The image it projects of the rebels is hardly flattering – and while Saif’s dramatic reappearance is far from the only occasion on which the international community has had reason to question the credibility of the fighters, this particular misstep could prove damning. …

A British spokesman hastened to excuse the liars.

Speaking on BBC Radio 4’s Today programme, the international development secretary, Andrew Mitchell, was keen to avoid chastising the NTC leadership. “I think it’s inevitable in this situation, with the warfare going on … that there will be some confusion.” …

We have a vision of the ghost of T.E. Lawrence hovering over Mr Mitchell in the BBC studio.

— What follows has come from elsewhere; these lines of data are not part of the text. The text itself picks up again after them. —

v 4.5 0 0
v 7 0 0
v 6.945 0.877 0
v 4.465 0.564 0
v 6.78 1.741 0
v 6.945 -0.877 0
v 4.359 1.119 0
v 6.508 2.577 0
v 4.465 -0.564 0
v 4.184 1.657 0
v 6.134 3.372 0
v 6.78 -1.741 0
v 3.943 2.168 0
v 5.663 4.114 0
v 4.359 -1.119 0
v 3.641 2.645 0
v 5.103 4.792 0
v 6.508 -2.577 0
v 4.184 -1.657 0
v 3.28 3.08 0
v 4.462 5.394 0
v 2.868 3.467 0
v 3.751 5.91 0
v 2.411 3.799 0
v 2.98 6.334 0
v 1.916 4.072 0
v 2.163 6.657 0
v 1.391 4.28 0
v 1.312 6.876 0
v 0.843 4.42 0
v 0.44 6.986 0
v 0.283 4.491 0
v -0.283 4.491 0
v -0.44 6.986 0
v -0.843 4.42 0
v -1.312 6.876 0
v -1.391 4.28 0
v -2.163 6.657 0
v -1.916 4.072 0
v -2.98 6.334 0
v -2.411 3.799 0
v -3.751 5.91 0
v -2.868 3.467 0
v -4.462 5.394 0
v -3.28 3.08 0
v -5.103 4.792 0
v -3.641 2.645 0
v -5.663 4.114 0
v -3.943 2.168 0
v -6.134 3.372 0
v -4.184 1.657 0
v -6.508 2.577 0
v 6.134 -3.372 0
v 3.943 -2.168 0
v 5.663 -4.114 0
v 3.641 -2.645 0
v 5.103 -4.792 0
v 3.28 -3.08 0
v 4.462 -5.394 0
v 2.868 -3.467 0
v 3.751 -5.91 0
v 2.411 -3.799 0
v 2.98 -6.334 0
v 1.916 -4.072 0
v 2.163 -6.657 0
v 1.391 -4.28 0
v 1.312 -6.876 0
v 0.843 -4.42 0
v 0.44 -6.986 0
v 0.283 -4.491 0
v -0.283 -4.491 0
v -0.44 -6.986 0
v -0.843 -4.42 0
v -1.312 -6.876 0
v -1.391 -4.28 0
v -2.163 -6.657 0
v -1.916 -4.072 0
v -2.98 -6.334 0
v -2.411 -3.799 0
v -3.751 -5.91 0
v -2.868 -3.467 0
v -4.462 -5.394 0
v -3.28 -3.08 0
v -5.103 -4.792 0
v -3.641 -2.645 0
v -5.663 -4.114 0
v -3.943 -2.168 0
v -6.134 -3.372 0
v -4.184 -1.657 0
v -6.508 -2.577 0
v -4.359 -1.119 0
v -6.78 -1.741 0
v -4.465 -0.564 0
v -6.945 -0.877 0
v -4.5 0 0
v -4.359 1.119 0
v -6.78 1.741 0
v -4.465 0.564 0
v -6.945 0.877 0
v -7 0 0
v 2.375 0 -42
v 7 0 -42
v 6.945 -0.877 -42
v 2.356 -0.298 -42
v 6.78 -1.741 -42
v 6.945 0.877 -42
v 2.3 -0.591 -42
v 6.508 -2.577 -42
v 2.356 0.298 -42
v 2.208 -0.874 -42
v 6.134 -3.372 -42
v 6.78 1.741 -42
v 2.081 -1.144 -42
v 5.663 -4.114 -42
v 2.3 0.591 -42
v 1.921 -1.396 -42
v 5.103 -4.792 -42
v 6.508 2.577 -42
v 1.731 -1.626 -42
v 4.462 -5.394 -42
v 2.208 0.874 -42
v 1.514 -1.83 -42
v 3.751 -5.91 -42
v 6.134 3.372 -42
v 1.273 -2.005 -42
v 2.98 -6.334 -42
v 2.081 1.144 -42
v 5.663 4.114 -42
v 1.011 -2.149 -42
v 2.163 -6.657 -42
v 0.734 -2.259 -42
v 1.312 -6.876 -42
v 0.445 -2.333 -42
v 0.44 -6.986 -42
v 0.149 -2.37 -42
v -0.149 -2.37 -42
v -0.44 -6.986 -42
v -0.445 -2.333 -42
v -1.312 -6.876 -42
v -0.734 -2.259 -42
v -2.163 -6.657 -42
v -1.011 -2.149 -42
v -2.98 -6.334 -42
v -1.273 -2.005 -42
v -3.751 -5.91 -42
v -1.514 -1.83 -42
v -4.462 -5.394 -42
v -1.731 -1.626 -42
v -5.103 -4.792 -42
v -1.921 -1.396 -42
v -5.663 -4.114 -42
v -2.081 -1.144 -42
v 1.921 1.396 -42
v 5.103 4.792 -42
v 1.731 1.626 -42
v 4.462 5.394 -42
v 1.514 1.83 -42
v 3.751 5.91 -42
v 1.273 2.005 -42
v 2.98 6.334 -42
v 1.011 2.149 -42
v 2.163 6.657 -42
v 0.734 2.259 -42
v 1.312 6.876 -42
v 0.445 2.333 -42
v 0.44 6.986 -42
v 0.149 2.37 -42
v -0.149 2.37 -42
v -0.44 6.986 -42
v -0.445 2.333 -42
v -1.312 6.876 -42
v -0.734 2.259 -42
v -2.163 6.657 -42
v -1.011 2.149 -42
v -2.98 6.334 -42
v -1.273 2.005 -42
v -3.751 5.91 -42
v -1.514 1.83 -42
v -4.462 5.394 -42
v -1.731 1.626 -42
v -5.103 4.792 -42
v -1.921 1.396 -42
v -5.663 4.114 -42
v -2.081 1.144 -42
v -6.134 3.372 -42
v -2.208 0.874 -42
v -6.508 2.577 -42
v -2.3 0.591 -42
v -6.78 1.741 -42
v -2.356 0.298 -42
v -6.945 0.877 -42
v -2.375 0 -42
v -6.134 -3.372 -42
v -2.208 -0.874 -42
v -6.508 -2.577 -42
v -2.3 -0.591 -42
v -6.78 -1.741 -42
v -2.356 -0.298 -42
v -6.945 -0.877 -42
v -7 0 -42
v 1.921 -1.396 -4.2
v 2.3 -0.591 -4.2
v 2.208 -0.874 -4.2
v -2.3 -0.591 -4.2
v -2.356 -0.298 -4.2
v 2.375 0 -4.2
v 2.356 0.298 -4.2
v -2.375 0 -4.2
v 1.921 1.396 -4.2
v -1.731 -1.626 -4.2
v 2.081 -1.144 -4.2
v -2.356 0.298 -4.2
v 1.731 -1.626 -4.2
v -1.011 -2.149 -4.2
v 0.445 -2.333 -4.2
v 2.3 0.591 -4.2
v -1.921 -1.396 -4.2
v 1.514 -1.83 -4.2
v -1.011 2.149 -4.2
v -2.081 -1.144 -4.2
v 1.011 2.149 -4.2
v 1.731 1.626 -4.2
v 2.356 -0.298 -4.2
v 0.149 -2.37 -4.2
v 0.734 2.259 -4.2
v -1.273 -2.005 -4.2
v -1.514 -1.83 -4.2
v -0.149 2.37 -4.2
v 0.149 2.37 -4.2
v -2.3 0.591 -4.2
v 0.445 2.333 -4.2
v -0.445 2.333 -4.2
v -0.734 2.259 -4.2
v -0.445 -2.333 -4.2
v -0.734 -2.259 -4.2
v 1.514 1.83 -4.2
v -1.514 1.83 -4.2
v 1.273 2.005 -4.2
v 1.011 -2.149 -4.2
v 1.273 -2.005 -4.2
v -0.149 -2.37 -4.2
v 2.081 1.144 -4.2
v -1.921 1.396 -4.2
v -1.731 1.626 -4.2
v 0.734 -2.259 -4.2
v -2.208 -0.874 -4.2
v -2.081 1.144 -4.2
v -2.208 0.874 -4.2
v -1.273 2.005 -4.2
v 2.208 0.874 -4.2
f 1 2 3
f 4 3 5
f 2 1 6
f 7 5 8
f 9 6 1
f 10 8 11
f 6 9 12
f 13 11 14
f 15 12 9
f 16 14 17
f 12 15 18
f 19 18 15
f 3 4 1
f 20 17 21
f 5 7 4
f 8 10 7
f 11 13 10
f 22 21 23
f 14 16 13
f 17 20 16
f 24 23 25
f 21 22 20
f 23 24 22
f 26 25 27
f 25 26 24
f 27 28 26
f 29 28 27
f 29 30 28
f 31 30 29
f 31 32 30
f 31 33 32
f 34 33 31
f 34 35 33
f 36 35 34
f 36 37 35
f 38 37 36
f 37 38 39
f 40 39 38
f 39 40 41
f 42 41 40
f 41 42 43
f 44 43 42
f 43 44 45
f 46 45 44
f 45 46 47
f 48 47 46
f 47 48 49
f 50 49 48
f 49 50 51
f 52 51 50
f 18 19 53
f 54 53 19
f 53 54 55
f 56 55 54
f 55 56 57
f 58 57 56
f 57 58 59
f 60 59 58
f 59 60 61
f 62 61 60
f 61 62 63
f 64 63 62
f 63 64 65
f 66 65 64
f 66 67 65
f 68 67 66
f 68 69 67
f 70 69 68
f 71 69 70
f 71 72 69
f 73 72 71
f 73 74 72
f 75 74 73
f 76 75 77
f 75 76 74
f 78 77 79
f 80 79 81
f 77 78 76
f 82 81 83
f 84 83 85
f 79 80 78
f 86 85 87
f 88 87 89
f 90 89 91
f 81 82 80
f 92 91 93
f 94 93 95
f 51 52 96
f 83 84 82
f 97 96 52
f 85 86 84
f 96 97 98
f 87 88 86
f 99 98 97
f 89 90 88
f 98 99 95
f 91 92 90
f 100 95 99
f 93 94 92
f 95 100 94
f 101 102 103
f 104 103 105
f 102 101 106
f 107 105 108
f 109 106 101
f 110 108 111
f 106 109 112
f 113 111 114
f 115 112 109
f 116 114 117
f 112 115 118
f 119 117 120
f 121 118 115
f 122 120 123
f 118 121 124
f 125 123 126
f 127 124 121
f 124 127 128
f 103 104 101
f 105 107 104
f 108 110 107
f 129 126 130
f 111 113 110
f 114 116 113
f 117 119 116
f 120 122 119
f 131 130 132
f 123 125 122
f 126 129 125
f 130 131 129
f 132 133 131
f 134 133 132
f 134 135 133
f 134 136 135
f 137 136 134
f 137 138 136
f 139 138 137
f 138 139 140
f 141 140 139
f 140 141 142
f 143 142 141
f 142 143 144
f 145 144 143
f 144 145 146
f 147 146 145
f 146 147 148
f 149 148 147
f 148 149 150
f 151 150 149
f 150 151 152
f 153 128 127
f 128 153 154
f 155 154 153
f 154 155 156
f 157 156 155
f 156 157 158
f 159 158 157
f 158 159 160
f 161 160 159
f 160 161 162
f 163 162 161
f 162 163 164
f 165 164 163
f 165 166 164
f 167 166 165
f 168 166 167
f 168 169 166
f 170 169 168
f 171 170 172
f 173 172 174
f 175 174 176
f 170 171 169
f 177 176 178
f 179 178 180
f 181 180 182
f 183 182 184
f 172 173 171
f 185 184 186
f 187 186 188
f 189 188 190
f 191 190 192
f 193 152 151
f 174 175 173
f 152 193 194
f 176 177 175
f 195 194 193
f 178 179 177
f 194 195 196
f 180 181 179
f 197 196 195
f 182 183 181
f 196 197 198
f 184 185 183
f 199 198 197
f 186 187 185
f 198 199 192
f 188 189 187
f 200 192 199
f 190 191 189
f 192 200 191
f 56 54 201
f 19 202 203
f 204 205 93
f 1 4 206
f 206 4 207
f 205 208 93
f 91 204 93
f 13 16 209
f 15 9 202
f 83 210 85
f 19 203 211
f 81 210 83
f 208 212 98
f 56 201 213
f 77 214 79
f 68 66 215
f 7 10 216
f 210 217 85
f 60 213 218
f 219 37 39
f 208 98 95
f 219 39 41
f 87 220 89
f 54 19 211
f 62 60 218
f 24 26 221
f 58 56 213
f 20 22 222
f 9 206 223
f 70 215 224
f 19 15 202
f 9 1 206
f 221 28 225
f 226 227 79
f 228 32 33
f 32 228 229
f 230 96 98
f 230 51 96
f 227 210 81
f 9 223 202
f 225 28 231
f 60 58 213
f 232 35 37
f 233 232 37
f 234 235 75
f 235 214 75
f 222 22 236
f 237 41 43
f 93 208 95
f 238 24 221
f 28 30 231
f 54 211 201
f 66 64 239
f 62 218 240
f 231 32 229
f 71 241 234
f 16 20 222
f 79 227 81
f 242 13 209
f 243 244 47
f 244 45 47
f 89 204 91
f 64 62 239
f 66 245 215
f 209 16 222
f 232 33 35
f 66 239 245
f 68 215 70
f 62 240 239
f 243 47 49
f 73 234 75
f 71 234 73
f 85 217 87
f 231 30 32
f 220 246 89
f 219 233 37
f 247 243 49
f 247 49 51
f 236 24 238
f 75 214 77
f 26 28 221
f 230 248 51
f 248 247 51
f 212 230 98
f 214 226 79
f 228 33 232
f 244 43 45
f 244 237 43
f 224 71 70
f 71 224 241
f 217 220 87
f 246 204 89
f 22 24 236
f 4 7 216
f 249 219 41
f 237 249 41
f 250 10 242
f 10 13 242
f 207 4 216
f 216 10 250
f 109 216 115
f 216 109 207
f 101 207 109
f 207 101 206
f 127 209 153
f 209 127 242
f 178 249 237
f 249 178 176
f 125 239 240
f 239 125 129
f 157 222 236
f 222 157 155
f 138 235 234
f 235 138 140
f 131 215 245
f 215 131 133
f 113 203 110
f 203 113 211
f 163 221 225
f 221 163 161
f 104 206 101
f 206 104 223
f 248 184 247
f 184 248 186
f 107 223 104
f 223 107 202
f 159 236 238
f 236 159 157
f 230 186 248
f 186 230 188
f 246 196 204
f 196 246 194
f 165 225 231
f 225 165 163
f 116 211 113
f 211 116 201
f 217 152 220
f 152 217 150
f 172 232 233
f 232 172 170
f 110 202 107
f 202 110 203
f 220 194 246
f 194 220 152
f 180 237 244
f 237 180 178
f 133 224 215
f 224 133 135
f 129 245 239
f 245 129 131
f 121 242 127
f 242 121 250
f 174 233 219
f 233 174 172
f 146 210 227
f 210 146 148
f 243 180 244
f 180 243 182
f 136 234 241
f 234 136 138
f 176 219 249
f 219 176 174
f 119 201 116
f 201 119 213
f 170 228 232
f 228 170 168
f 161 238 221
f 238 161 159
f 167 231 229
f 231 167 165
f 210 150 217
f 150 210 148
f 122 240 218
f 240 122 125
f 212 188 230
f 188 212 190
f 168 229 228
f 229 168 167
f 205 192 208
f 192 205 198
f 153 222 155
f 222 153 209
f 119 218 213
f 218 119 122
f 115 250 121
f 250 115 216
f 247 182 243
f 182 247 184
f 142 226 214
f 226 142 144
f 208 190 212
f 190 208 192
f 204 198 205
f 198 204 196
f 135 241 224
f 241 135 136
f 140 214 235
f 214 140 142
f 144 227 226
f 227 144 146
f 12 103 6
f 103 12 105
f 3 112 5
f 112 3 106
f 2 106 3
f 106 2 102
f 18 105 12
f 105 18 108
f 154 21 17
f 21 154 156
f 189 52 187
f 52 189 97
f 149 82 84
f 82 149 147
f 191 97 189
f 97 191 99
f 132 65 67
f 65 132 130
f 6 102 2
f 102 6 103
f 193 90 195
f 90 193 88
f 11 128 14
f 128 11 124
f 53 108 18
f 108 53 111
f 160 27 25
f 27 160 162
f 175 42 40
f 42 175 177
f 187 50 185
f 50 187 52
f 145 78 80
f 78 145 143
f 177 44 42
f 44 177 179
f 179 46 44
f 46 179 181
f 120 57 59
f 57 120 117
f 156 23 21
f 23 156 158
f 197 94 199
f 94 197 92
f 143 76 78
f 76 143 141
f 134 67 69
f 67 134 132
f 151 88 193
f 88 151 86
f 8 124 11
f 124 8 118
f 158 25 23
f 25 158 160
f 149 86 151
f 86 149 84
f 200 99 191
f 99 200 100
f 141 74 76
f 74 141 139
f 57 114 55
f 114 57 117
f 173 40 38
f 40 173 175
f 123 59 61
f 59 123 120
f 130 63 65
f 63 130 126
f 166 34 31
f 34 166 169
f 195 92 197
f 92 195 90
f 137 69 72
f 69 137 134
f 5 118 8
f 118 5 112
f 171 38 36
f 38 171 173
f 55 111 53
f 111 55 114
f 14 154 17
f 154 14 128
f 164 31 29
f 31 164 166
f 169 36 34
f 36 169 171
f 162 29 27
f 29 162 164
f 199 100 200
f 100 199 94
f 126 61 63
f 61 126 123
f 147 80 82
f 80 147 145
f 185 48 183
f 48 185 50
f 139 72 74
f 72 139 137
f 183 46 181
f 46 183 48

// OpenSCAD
$fn = 50;


difference() {
	union() {
		translate(v = [0, 0, -42.0000000000]) {
			cylinder(h = 42, r = 7.0000000000);
		}
		cylinder(h = 0, r = 16.0000000000);
	}
	union() {
		translate(v = [0, 0, 0]) {
			rotate(a = [0, 0, 0]) {
				difference() {
					union() {
						#translate(v = [0, 0, -42.0000000000]) {
							cylinder(h = 42, r = 2.2500000000);
						}
						#translate(v = [0, 0, -4.2000000000]) {
							cylinder(h = 4.2000000000, r = 7.0000000000, r1 = 2.3750000000, r2 = 4.5000000000);
						}
						#translate(v = [0, 0, -42.0000000000]) {
							cylinder(h = 42, r = 2.3750000000);
						}
						#translate(v = [0, 0, -42.0000000000]) {
							cylinder(h = 42, r = 2.2500000000);
						}
					}
					union();
				}
			}
		}
	}
}
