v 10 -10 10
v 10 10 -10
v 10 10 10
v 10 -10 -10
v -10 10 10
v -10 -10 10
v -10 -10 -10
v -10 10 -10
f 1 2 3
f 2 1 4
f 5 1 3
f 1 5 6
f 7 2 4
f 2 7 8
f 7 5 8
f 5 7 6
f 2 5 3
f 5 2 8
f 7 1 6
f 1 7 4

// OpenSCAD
// -------------------------------------+---------------------------------------+---------------------------------------+---------------------------------------
// Title:        Parametric Test Block
// Version:      1.0
// Release Date: 2017-04-02 (ISO)
// Author:       Rohin Gosling
// -------------------------------------+---------------------------------------+---------------------------------------+---------------------------------------
//
// Description:
//
// - Simple 3D object generator, to generate test and calibration parts for 3D printers.
//
// Release Notes:
//
// - Version 1.0
//   * Model created.
//
// -------------------------------------+---------------------------------------+---------------------------------------+---------------------------------------

// -------------------------------------+---------------------------------------+---------------------------------------+---------------------------------------
// Constants:
// -------------------------------------+---------------------------------------+---------------------------------------+---------------------------------------

// System constants.

C_CONSTANT = 0 + 0;     // Used to hide constant values from Thingiverse. Add to other constants to hide them as well.

// General constants.

C_NONE = C_CONSTANT + 0;

// SCG constants.

SCG_OVERLAP = C_CONSTANT + 0.01;    // Used for overlapping Boolean operations in order to avoid Boolean edge artefacts.

// Shape

C_SHAPE_NONE      = C_CONSTANT + 0;
C_SHAPE_CUBOID    = C_CONSTANT + 1;
C_SHAPE_CYLINDER  = C_CONSTANT + 2;
C_SHAPE_PYRAMID   = C_CONSTANT + 3;
C_SHAPE_PRISM     = C_CONSTANT + 4;
C_SHAPE_ELLIPSOID = C_CONSTANT + 5;
C_SHAPE_TORUS     = C_CONSTANT + 6;

// Minimum and maximum constraints.

C_RESOLUTION_MIN  = C_CONSTANT + 8;
C_RESOLUTION_MAX  = C_CONSTANT + 64;
C_SIZE_MIN        = C_CONSTANT + 1.0;
C_SIDE_COUNT_MIN  = C_CONSTANT + 3;
C_SIDE_COUNT_MAX  = C_CONSTANT + 12;


// -------------------------------------+---------------------------------------+---------------------------------------+---------------------------------------
// Thingiverse Parameters.
//
// - These parameters are used to integrate with the Thingiverse Customizer, and should only be used by the
//   class member variables specified in the "Model parameters" section below.
//
// - These Thingiverse Parameters should never be accessed from inside any module. We do this to enforce 
//   principles of object orientation.
//
// - By separating concerns between variables exposed to Thingiverse vs. variables used internally by the 
//   SCAD model (class), we are better able to manage the ordering and grouping of variables exposed to 
//   Thingiverse, vs. the ordering and constraints of variables used internally by the model.
//
// -------------------------------------+---------------------------------------+---------------------------------------+---------------------------------------

/* [Assembbly Parameters] */

object_shape    = 1;        // [ 1:Cuboid, 2:Cylinder, 3:Pyramid, 4:Prism, 5:Ellipsoid, 6:Torus ]
x_bore_shape    = 0;        // [ 0: None, 2:Cylinder, 4:Prism ]
y_bore_shape    = 0;        // [ 0: None, 2:Cylinder, 4:Prism ]
z_bore_shape    = 0;        // [ 0: None, 2:Cylinder, 4:Prism ]
resolution      = 128;

/* [Cuboid Parameters] */

cuboid_x      = 20.0;
cuboid_y      = 20.0;
cuboid_z      = 20.0;
cuboid_fillet = 0.0;

/* [Cylinder Parameters] */

cylinder_diameter_base = 20.0;
cylinder_diameter_top  = 20.0;
cylinder_height        = 20.0;

/* [Pyramid Parameters] */

pyramid_side_count  = 4;
pyramid_side_length = 20.0;
pyramid_height      = 20.0;
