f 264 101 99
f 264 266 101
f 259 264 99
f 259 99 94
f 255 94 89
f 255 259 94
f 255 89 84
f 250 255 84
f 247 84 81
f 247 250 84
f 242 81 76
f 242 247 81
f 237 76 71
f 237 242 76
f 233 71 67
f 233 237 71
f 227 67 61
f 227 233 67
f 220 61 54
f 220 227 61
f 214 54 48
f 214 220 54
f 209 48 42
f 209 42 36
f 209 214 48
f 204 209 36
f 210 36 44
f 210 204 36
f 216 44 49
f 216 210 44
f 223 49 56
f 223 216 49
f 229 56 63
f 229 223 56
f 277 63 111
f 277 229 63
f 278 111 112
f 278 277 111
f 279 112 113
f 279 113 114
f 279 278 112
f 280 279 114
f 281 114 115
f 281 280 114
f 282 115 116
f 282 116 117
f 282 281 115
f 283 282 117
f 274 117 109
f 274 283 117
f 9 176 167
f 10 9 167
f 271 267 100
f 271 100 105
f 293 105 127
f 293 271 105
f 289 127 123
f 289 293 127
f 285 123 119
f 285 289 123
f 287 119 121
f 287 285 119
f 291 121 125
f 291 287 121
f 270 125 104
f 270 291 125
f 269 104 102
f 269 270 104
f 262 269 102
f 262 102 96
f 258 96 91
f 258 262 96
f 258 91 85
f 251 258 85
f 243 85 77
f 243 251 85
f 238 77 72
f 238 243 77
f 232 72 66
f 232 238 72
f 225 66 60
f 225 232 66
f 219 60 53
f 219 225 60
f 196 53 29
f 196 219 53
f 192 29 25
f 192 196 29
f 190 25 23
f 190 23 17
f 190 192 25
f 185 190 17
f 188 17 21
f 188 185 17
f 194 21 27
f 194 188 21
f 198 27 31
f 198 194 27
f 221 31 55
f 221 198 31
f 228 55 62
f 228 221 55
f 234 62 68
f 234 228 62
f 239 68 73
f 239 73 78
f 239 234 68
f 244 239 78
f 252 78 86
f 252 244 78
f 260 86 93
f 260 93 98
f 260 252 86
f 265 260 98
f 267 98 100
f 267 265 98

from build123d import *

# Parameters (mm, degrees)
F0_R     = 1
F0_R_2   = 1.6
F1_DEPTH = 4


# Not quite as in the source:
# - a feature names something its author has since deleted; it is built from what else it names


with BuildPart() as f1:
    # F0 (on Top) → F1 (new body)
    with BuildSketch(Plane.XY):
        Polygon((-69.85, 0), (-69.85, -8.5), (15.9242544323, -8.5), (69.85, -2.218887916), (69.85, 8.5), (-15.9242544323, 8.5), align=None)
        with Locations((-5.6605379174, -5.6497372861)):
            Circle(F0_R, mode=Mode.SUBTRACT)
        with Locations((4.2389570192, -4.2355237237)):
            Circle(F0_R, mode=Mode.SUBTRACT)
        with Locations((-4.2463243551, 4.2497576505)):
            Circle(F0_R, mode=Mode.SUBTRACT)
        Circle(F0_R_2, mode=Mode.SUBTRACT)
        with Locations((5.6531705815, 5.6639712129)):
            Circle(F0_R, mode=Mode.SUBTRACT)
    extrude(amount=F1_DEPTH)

No responsibility to report 1

Just how phony the claim is (put out by Obama and his henchwomen*) that the Libyan engagement is all about the “responsibility to protect” civilians, is demonstrated by this report published two days ago on July 18, 2011, by Asia News – and nowhere in the West:

Benghazi-based rebels took Brega over night. The town, which is 740 km east of Tripoli, is the country’s main oil hub. The National Transitional Council (NTC) called the fall of the city its greatest victory since the war against Gaddafi began. However, doubts remain about rebel intentions. Human Rights Watch (HRW) has accused them of retaliatory violence against pro-Gaddafi regime civilians. … HRW said rebels looted and torched homes in towns that had fallen under NTC control. In villages south of Tripoli, Gaddafi loyalists were beaten, their houses set on fire.

We have little respect for Human Rights Watch having observed their frequent incapacity or reluctance to tell the truth, but in this case their accusation is backed up by another source:

Tiziana Gamannossi, an Italian businesswoman in Tripoli, told AsiaNews that the rebels’ push is causing fear in the civilian population. …

In her view, NATO is funding and arming violent groups that lack any training or code of honour. …

For Gamannossi, a war that was launched to defend civilians is absurd. The latter watch powerless as their cities and country are torn down amid the silence of western media.

“These days, hundreds of thousands of people have demonstrated against NATO in Tripoli, Zliten, Ajaylat and Sabha, demanding an end to the air strikes. No newspaper has given such news much importance, calling the protests ‘ demonstrations funded by the regime’.”

Last week the 30-member contact group on Libya, including the United States, China and Russia, “formally recognised the NTC as the sole representative of the Libyan people. This will give the council access to about US$200 billion in Libyan government assets held in foreign banks to fund the rebel advance.”

What makes this contact group expect that the people leading the National Transitional Council will be any better for Libyans, or for other states to deal with, than Gaddafi has been?

The answer is, absolutely nothing. They may even be worse.

 

* Samantha Power, Senior Director of Multilateral Affairs, National Security Council;  Susan Rice, US Ambassador to the UN;  Hillary Clinton, Secretary of State.  See our post A siren song from hell, April 1, 2011.